Monday, December 12, 2011

Sermon for Sunday, December 11, 2011 Early Service Isaiah 61:1-4, 8-11

This third Sunday of Advent is called “Gaudete Sunday” or “Rejoicing Sunday.” This is indeed a day of rejoicing. Christmas is coming, the day we celebrate the birth of God’s son. We can feel how close it is now…a few weeks ago, it seemed further away, but now it is waiting in the wings. Only two weeks until the glorious day, Christmas Day.

Our children and grandchildren think of that day as a time of presents. They can’t wait for that early morning wake-up and the delightful chaos of unwrapping what Santa has brought them. Our Christmas morning may be a little different. In fact, at each stage of our lives, our sense of what is a gift evolves.

In our teens, we care less about what the gift is than we care about who gives it. Yes, teenagers want stuff. That is a given. But that guitar from Grandma isn’t as exciting to a teen as a strange book from the girlfriend who is his first love. The guitar may be one of the most exquisite, expensive things that the Music Store has to offer, but the aroma of romance that scents that fifteen buck book – that’s magical.

In our twenties, the gift that we seek may be that engagement ring, or that word “Yes!” from the one to whom we will give that ring. It might be news that we have gotten that job we really wanted, the one that will be the next step in a bright career.

In our thirties, the gift may be the expressions on the faces of our little children as they rip open the presents under the tree at 6:30 am on Christmas morning, or it may be your spouse letting you go back to bed while she wrangles the kids after the present opening.

Yes, our sense of gift evolves.

It continues to change as we pass forty and fifty. Perhaps now the gift we seek is calm, or it may be a gathering of family from the various places they are scattered. It may be the sense that life is settling down, and it is a blessed relief after difficult times.

And the years pass, and once again the thing we seek changes.

Suddenly, the best give we can receive is time, time that now seems to be slipping away from us faster and faster.

And the knowledge that we have made it to another Christmas becomes the gift itself. Another Christmas when we can be with those we love. Another Christmas to do something for someone else. Another Christmas to celebrate, and to rejoice. Time is precious. Another Christmas is precious.

Here we stand, on this Sunday when we are to encouraged to rejoice. What shall we rejoice about?

It may be as simple as this: we have survived. We may not have thought of that twenty years ago, but now it is very real.

Neither illness nor a misdirected GRTC bus has brought us to our end. We will celebrate another Christmas, and that’s something to rejoice over.

I don’t mean to be morbid, but if we truly believe that each day is a gift from God, as we get older, we realize just what a powerful gift that is. We nervously joke about it: “better on top of the grass than underneath it,” but in our hearts we are thinking about our own mortality and the gift of life that God bestows on us.

This may be the truest gift of the season.
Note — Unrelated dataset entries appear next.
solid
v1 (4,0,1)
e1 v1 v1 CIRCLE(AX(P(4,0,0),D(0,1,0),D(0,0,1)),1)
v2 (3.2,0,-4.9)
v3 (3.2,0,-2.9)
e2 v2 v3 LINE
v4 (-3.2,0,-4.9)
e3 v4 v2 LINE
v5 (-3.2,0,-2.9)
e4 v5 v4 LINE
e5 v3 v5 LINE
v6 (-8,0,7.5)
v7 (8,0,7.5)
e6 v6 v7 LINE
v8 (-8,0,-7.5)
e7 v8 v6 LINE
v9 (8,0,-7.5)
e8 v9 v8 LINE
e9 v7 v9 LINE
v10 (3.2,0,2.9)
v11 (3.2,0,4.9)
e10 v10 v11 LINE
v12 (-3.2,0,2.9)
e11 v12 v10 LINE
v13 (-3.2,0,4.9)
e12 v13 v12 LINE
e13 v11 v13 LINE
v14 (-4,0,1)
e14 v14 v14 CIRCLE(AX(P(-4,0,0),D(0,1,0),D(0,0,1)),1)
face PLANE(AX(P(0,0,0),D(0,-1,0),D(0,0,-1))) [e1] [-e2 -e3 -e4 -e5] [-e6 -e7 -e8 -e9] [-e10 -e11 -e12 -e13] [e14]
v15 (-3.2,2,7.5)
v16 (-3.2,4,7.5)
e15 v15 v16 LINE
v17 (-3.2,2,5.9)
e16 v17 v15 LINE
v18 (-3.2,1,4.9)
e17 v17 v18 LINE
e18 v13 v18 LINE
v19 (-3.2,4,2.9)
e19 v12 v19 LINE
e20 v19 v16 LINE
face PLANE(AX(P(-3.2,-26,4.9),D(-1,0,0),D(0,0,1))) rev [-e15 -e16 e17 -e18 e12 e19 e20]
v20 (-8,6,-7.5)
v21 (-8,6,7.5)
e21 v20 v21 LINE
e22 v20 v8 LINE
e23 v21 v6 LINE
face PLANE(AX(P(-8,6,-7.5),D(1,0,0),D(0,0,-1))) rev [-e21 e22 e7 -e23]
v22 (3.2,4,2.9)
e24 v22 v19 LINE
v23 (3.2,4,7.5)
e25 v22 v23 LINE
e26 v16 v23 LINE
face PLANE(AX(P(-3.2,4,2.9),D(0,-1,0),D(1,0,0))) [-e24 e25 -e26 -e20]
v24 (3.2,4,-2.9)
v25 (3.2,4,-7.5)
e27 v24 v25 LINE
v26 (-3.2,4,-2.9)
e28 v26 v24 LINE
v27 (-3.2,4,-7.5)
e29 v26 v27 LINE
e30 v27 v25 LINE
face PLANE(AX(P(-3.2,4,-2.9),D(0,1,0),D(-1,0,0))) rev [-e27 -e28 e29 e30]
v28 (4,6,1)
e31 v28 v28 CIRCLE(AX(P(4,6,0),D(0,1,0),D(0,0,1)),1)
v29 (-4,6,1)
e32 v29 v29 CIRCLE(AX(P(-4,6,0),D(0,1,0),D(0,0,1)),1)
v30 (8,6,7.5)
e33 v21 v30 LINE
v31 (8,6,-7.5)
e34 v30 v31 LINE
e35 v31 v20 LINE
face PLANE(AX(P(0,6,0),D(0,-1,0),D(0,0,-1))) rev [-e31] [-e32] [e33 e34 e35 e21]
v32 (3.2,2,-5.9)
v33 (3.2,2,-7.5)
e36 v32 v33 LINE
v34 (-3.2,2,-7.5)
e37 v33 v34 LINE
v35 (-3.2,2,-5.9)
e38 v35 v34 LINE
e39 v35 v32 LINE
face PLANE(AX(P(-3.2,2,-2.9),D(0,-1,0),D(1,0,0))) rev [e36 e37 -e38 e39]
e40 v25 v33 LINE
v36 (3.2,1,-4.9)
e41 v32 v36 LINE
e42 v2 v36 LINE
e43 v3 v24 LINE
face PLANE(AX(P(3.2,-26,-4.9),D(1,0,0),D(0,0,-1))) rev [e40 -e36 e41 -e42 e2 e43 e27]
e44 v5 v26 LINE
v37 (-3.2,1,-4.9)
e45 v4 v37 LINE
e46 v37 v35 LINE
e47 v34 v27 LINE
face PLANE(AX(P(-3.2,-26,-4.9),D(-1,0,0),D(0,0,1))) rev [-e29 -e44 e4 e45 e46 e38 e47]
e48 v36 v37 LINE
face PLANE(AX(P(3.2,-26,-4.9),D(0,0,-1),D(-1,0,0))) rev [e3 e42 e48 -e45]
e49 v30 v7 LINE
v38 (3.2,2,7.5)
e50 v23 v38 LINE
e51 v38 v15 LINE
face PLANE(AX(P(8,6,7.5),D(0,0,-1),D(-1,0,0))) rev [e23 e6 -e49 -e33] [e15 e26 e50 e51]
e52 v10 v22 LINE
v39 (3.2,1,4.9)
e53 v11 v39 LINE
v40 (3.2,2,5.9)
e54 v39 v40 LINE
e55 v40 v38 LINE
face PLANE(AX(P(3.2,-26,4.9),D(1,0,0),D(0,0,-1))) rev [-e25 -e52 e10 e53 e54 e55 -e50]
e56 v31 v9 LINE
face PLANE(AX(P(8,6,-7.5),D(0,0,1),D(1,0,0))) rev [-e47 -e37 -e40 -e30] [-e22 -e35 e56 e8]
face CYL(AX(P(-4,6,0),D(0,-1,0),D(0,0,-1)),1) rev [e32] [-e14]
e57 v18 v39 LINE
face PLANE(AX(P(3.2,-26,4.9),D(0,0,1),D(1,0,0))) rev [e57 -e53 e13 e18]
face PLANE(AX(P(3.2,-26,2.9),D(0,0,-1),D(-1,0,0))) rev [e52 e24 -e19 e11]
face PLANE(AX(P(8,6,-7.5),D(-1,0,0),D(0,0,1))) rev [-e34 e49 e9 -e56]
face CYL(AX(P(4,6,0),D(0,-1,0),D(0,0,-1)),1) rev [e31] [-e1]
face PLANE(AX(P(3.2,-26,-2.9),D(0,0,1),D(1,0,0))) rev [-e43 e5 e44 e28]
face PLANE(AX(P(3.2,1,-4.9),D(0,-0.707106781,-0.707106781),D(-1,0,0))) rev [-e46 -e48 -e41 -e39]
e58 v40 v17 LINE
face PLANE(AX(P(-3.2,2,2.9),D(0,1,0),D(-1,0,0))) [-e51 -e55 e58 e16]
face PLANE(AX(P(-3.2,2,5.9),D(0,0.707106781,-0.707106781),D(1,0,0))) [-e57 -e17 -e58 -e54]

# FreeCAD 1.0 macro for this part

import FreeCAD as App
import Part
import Sketcher


def edges_at(feature, points):
    """Names of the edges that pass closest to the given points."""
    edges = feature.Shape.Edges
    near = lambda p: min(range(len(edges)), key=lambda i: edges[i].distToShape(Part.Vertex(*p))[0])
    return sorted({f"Edge{near(p) + 1}" for p in points})


def add_polygon(sketch, points):
    """Adds a closed chain of lines whose ends are joined by coincident constraints."""
    first, n = sketch.GeometryCount, len(points)
    for a, b in zip(points, points[1:] + points[:1]):
        sketch.addGeometry(Part.LineSegment(App.Vector(*a, 0), App.Vector(*b, 0)), False)
    for i in range(n):
        sketch.addConstraint(Sketcher.Constraint("Coincident", first + i, 2, first + (i + 1) % n, 1))

doc = App.newDocument("Part")
body = doc.addObject("PartDesign::Body", "Body")

# Sketch on XZ plane
sketch1 = doc.addObject("Sketcher::SketchObject", "Sketch")
body.addObject(sketch1)
sketch1.AttachmentSupport = (doc.XZ_Plane, [""])
sketch1.MapMode = "FlatFace"
add_polygon(sketch1, [(-8, -7.5), (-8, 7.5), (8, 7.5), (8, -7.5)])  # lines 0-3
sketch1.addGeometry(Part.Circle(App.Vector(-4, 0, 0), App.Vector(0, 0, 1), 1), False)  # 4
sketch1.addGeometry(Part.Circle(App.Vector(4, 0, 0), App.Vector(0, 0, 1), 1), False)  # 5
sketch1.addConstraint(Sketcher.Constraint("Vertical", 0))
sketch1.addConstraint(Sketcher.Constraint("Horizontal", 1))
sketch1.addConstraint(Sketcher.Constraint("Vertical", 2))
sketch1.addConstraint(Sketcher.Constraint("Horizontal", 3))
sketch1.addConstraint(Sketcher.Constraint("Equal", 4, 5))
sketch1.addConstraint(Sketcher.Constraint("Symmetric", 4, 3, 5, 3, -1, 1))
sketch1.addConstraint(Sketcher.Constraint("Symmetric", 0, 2, 2, 2, -1, 1))
sketch1.addConstraint(Sketcher.Constraint("PointOnObject", 4, 3, -1))
sketch1.addConstraint(Sketcher.Constraint("Diameter", 4, 2.0))
sketch1.addConstraint(Sketcher.Constraint("DistanceX", 1, 1, 1, 2, 16.0))
sketch1.addConstraint(Sketcher.Constraint("DistanceY", 0, 1, 0, 2, 15.0))
sketch1.addConstraint(Sketcher.Constraint("DistanceX", 4, 3, -1, 1, 4.0))
pad1 = doc.addObject("PartDesign::Pad", "Pad")
body.addObject(pad1)
pad1.Profile = sketch1
pad1.Length = 6
pad1.Reversed = True

# Sketch on XZ plane
sketch2 = doc.addObject("Sketcher::SketchObject", "Sketch001")
body.addObject(sketch2)
sketch2.AttachmentSupport = (doc.XZ_Plane, [""])
sketch2.MapMode = "FlatFace"
sketch2.AttachmentOffset = App.Placement(App.Vector(0, 0, -6), App.Rotation())
add_polygon(sketch2, [(-3.2, 2.9), (-3.2, 4.9), (3.2, 4.9), (3.2, 2.9)])  # lines 0-3
add_polygon(sketch2, [(-3.2, -4.9), (-3.2, -2.9), (3.2, -2.9), (3.2, -4.9)])  # lines 4-7
sketch2.addConstraint(Sketcher.Constraint("Vertical", 0))
sketch2.addConstraint(Sketcher.Constraint("Horizontal", 1))
sketch2.addConstraint(Sketcher.Constraint("Vertical", 2))
sketch2.addConstraint(Sketcher.Constraint("Horizontal", 3))
sketch2.addConstraint(Sketcher.Constraint("Vertical", 4))
sketch2.addConstraint(Sketcher.Constraint("Horizontal", 5))
sketch2.addConstraint(Sketcher.Constraint("Vertical", 6))
sketch2.addConstraint(Sketcher.Constraint("Horizontal", 7))
sketch2.addConstraint(Sketcher.Constraint("Symmetric", 2, 2, 4, 2, -1, 1))
sketch2.addConstraint(Sketcher.Constraint("Symmetric", 0, 2, 6, 2, -1, 1))
sketch2.addConstraint(Sketcher.Constraint("Vertical", 3, 2, 4, 2))
sketch2.addConstraint(Sketcher.Constraint("DistanceY", 0, 1, 0, 2, 2.0))
sketch2.addConstraint(Sketcher.Constraint("DistanceX", 1, 1, 1, 2, 6.4))
sketch2.addConstraint(Sketcher.Constraint("DistanceY", -1, 1, 0, 2, 4.9))
pocket1 = doc.addObject("PartDesign::Pocket", "Pocket")
body.addObject(pocket1)
pocket1.Profile = sketch2
pocket1.Length = 32
pocket1.Reversed = True

# Sketch on XY plane
sketch3 = doc.addObject("Sketcher::SketchObject", "Sketch002")
body.addObject(sketch3)
sketch3.AttachmentSupport = (doc.XY_Plane, [""])
sketch3.MapMode = "FlatFace"
sketch3.AttachmentOffset = App.Placement(App.Vector(0, 0, 7.5), App.Rotation())
add_polygon(sketch3, [(3.2, 4), (3.2, 2), (-3.2, 2), (-3.2, 4)])  # lines 0-3
sketch3.addConstraint(Sketcher.Constraint("Vertical", 0))
sketch3.addConstraint(Sketcher.Constraint("Horizontal", 1))
sketch3.addConstraint(Sketcher.Constraint("Vertical", 2))
sketch3.addConstraint(Sketcher.Constraint("Horizontal", 3))
sketch3.addConstraint(Sketcher.Constraint("DistanceY", 0, 2, 0, 1, 2.0))
sketch3.addConstraint(Sketcher.Constraint("DistanceX", 1, 2, 1, 1, 6.4))
sketch3.addConstraint(Sketcher.Constraint("DistanceY", -1, 1, 0, 2, 2.0))
sketch3.addConstraint(Sketcher.Constraint("DistanceX", -1, 1, 0, 2, 3.2))
pocket2 = doc.addObject("PartDesign::Pocket", "Pocket001")
body.addObject(pocket2)
pocket2.Profile = sketch3
pocket2.Length = 4.6
doc.recompute()

mirrored = doc.addObject("PartDesign::Mirrored", "Mirrored")
body.addObject(mirrored)
mirrored.Originals = [pocket1, pocket2]
mirrored.MirrorPlane = (doc.XY_Plane, [""])
body.Tip = mirrored

# Sketch on XZ plane
sketch4 = doc.addObject("Sketcher::SketchObject", "Sketch003")
body.addObject(sketch4)
sketch4.AttachmentSupport = (doc.XZ_Plane, [""])
sketch4.MapMode = "FlatFace"
sketch4.AttachmentOffset = App.Placement(App.Vector(0, 0, -6), App.Rotation())
add_polygon(sketch4, [(-3.2, -4.9), (-3.2, -2.9), (3.2, -2.9), (3.2, -4.9)])  # lines 0-3
add_polygon(sketch4, [(-3.2, 2.9), (-3.2, 4.9), (3.2, 4.9), (3.2, 2.9)])  # lines 4-7
sketch4.addConstraint(Sketcher.Constraint("Vertical", 0))
sketch4.addConstraint(Sketcher.Constraint("Horizontal", 1))
sketch4.addConstraint(Sketcher.Constraint("Vertical", 2))
sketch4.addConstraint(Sketcher.Constraint("Horizontal", 3))
sketch4.addConstraint(Sketcher.Constraint("Vertical", 4))
sketch4.addConstraint(Sketcher.Constraint("Horizontal", 5))
sketch4.addConstraint(Sketcher.Constraint("Vertical", 6))
sketch4.addConstraint(Sketcher.Constraint("Horizontal", 7))
sketch4.addConstraint(Sketcher.Constraint("Symmetric", 2, 2, 4, 2, -1, 1))
sketch4.addConstraint(Sketcher.Constraint("Symmetric", 0, 2, 6, 2, -1, 1))
sketch4.addConstraint(Sketcher.Constraint("Vertical", 3, 2, 4, 2))
sketch4.addConstraint(Sketcher.Constraint("DistanceY", 0, 1, 0, 2, 2.0))
sketch4.addConstraint(Sketcher.Constraint("DistanceX", 1, 1, 1, 2, 6.4))
sketch4.addConstraint(Sketcher.Constraint("DistanceY", 0, 2, -1, 1, 2.9))
pad2 = doc.addObject("PartDesign::Pad", "Pad001")
body.addObject(pad2)
pad2.Profile = sketch4
pad2.Length = 2
doc.recompute()

chamfer = doc.addObject("PartDesign::Chamfer", "Chamfer")
body.addObject(chamfer)
chamfer.Base = (pad2, edges_at(pad2, [(0, 2, -4.9), (0, 2, 4.9)]))
chamfer.Size = 1

doc.recompute()
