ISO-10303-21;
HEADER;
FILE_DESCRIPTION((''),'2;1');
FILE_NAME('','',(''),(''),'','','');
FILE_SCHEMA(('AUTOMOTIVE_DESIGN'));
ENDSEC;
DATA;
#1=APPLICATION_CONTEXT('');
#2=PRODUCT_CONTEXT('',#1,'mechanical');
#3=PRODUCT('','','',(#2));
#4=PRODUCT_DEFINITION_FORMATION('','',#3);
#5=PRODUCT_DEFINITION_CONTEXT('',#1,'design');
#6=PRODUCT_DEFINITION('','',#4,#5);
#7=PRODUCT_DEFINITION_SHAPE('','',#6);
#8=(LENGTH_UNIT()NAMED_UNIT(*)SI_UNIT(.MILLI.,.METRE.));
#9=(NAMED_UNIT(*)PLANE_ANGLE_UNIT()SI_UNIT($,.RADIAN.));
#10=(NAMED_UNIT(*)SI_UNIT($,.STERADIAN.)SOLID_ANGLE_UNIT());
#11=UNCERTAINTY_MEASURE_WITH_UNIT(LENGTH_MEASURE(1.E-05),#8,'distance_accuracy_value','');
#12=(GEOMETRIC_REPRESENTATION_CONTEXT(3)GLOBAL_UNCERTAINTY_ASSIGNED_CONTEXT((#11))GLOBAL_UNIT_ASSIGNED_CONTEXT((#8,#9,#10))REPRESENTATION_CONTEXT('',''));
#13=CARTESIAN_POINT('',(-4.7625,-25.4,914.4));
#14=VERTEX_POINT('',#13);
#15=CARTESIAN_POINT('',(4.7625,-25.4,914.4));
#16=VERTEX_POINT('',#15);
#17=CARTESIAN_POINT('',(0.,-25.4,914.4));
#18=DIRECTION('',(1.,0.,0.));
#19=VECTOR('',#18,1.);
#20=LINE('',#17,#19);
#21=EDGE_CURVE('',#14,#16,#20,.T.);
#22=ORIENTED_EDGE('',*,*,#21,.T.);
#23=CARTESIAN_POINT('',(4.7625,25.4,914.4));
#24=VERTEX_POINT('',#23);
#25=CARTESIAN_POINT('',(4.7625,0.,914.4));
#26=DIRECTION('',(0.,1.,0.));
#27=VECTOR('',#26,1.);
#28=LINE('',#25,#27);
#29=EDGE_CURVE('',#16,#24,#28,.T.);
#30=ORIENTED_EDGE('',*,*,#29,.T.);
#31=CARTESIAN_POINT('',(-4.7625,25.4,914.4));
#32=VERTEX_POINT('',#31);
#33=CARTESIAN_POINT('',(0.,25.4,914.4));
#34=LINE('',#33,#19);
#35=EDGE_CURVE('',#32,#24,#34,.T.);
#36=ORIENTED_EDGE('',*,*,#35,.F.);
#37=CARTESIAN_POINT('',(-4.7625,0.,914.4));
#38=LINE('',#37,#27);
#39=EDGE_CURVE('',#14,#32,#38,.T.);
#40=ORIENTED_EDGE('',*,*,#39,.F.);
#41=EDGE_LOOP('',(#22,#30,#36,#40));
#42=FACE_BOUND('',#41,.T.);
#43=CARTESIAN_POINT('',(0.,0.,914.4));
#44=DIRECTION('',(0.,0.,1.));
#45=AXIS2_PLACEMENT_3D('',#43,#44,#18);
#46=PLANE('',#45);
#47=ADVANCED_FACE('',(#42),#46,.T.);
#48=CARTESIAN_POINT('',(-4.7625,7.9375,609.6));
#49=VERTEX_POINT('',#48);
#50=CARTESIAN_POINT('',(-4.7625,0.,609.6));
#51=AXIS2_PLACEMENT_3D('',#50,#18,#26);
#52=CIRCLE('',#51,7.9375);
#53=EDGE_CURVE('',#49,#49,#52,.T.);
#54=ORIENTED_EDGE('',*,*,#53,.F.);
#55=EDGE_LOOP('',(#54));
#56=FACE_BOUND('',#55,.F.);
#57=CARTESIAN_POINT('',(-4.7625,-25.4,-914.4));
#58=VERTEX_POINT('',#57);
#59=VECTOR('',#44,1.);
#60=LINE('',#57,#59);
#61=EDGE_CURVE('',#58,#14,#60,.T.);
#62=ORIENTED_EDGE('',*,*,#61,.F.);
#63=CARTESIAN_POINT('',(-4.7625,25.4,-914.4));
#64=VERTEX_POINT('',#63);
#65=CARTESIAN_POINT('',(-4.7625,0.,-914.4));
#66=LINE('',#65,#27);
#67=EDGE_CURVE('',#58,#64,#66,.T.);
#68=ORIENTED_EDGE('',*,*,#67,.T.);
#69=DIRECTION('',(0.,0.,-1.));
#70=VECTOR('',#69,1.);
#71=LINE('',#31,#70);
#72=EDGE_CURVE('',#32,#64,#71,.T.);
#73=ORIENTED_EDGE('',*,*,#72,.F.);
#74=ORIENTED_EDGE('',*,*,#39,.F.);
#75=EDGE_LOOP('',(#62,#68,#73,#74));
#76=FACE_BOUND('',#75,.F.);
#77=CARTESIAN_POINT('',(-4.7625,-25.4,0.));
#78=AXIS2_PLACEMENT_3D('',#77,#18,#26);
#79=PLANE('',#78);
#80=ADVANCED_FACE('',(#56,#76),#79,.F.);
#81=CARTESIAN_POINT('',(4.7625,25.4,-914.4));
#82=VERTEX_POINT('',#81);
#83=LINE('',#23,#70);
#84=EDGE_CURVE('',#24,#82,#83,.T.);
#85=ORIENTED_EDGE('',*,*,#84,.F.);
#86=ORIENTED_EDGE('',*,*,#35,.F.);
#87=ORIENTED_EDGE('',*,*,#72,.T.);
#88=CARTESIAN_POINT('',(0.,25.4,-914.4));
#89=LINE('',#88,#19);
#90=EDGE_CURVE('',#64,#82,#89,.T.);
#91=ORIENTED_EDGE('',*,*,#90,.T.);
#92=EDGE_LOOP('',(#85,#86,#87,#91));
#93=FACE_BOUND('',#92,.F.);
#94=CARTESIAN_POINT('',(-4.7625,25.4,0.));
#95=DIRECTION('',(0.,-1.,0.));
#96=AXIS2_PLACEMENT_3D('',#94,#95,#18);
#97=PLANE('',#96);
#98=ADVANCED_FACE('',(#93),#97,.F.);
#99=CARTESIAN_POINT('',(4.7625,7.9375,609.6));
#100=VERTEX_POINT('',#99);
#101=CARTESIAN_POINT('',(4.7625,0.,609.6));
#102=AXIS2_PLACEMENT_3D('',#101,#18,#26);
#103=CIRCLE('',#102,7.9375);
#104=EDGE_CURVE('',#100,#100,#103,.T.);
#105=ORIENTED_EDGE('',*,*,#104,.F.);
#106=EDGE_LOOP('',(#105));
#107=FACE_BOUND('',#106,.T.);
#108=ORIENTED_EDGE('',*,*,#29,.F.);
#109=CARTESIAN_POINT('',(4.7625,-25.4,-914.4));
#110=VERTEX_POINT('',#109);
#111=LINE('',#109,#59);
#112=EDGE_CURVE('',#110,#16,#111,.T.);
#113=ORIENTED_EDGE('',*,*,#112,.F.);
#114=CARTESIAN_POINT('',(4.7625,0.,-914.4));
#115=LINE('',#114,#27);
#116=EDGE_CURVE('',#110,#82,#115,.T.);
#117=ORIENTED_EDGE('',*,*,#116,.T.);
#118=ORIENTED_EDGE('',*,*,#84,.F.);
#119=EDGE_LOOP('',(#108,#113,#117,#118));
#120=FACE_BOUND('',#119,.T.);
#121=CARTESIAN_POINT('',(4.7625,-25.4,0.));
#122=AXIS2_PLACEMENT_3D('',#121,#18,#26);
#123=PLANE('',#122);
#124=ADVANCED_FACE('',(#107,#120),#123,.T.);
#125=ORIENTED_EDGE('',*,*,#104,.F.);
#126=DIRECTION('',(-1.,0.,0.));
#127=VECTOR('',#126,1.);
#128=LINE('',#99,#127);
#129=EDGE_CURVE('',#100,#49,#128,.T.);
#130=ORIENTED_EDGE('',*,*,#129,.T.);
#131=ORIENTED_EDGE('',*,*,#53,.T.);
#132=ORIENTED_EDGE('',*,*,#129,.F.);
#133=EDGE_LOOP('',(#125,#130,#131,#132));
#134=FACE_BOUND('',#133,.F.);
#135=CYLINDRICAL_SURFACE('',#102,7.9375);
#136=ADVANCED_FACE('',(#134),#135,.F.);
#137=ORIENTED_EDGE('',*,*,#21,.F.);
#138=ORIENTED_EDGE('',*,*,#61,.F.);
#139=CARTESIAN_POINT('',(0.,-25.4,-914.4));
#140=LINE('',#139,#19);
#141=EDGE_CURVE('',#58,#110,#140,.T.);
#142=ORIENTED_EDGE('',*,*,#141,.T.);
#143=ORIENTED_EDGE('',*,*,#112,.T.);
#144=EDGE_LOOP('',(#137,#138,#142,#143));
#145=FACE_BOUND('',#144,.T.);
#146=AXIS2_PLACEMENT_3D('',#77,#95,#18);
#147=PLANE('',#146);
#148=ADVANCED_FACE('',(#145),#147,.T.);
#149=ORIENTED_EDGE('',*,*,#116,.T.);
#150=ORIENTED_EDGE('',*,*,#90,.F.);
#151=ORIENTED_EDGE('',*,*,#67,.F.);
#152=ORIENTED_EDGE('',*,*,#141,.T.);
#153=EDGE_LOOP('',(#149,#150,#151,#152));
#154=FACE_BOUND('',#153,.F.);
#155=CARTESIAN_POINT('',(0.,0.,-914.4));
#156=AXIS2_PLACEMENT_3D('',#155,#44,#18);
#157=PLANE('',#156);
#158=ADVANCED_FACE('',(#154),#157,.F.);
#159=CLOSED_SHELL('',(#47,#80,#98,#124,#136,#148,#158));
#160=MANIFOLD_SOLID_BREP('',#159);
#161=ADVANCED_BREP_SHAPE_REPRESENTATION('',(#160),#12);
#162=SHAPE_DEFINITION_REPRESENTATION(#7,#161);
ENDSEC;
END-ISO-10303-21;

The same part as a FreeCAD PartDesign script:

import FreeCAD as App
import Part
import Sketcher

V = App.Vector
Q = App.Units.Quantity


def add_polygon(sketch, points):
    """Adds a closed chain of lines whose ends are joined by coincident constraints."""
    first, n = sketch.GeometryCount, len(points)
    for a, b in zip(points, points[1:] + points[:1]):
        sketch.addGeometry(Part.LineSegment(App.Vector(*a, 0), App.Vector(*b, 0)), False)
    for i in range(n):
        sketch.addConstraint(Sketcher.Constraint("Coincident", first + i, 2, first + (i + 1) % n, 1))

doc = App.newDocument("Part")
body = doc.addObject("PartDesign::Body", "Body")

# Sketch on XY plane
sketch1 = doc.addObject("Sketcher::SketchObject", "Sketch")
body.addObject(sketch1)
sketch1.AttachmentSupport = (doc.XY_Plane, [""])
sketch1.MapMode = "FlatFace"
add_polygon(sketch1, [(-4.7625, 25.4), (-4.7625, -25.4), (4.7625, -25.4), (4.7625, 25.4)])  # lines 0-3
sketch1.addConstraint(Sketcher.Constraint("Vertical", 0))
sketch1.addConstraint(Sketcher.Constraint("Horizontal", 1))
sketch1.addConstraint(Sketcher.Constraint("Vertical", 2))
sketch1.addConstraint(Sketcher.Constraint("Horizontal", 3))
sketch1.addConstraint(Sketcher.Constraint("Symmetric", 0, 2, 2, 2, -1, 1))
sketch1.addConstraint(Sketcher.Constraint("DistanceY", 0, 2, 0, 1, Q("2 in")))
sketch1.addConstraint(Sketcher.Constraint("DistanceX", 1, 1, 1, 2, Q("0.375 in")))
pad1 = doc.addObject("PartDesign::Pad", "Pad")
body.addObject(pad1)
pad1.Profile = sketch1
pad1.Length = Q("72 in")
pad1.Midplane = True

# Sketch on YZ plane
sketch2 = doc.addObject("Sketcher::SketchObject", "Sketch001")
body.addObject(sketch2)
sketch2.AttachmentSupport = (doc.YZ_Plane, [""])
sketch2.MapMode = "FlatFace"
sketch2.AttachmentOffset = App.Placement(V(0, 0, 0.1875 * 25.4), App.Rotation())
sketch2.addGeometry(Part.Circle(V(0, 609.6, 0), V(0, 0, 1), 7.9375), False)
sketch2.addConstraint(Sketcher.Constraint("PointOnObject", 0, 3, -2))
sketch2.addConstraint(Sketcher.Constraint("Diameter", 0, Q("0.625 in")))
sketch2.addConstraint(Sketcher.Constraint("DistanceY", -1, 1, 0, 3, Q("24 in")))
pocket1 = doc.addObject("PartDesign::Pocket", "Pocket")
body.addObject(pocket1)
pocket1.Profile = sketch2
pocket1.Type = "ThroughAll"

doc.recompute()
Not those sweaters and ties wrapped and placed under the Christmas tree, but the awareness that our lives, every day of them, are gifts from God. They are precious and sweet, even on those days when we don’t feel 100% or when we worry that we aren’t particularly useful to anybody. Each day is another day to thank God for what we are given.

This is not to say that we should ignore the difficult bits. They are a fact of our lives, just as our less-than-sharp vision and crow’s feet are facts of our lives…although perhaps the gift is that we can no longer see those crow’s feet quite as clearly.

But we rejoice, even with the challenges that the passing of time has brought. We rejoice, in a deeper and sweeter way than we could have a few decades ago, because we know the value of what has been given to us, and we know from whence it came.

So we make a choice to rejoice. As Isaiah prophesied, we wear a garland rather than ashes. We are anointed with the oil of gladness rather than that of mourning. We sing as Isaiah sang:” I will greatly rejoice in the LORD, my whole being shall exult in my God; for he has clothed me with the garments of salvation, he has covered me with the robe of righteousness.”

Why do we rejoice? Not because of gifts under the tree, but because of the ultimate gift. There is someone coming, someone who will bring us the greatest of gifts. We don’t need another tie or box of cookies. We don’t need another paperweight. What we need is what Jesus brings: the garments of salvation.

We do not know the time allotted to us. It may be decades. It may be a day. It doesn’t really matter. We still can rejoice, because the gift that is brought to us on Christmas Day is timeless. We can rejoice, because Jesus was born, and because he has redeemed us from our sins. We can rejoice no matter how our joints ache and our hearing dims. We can rejoice in spite of the difficulties and because of the sweetness. We are redeemed.

And that is something that lasts longer than a Christmas morning – it is for eternity.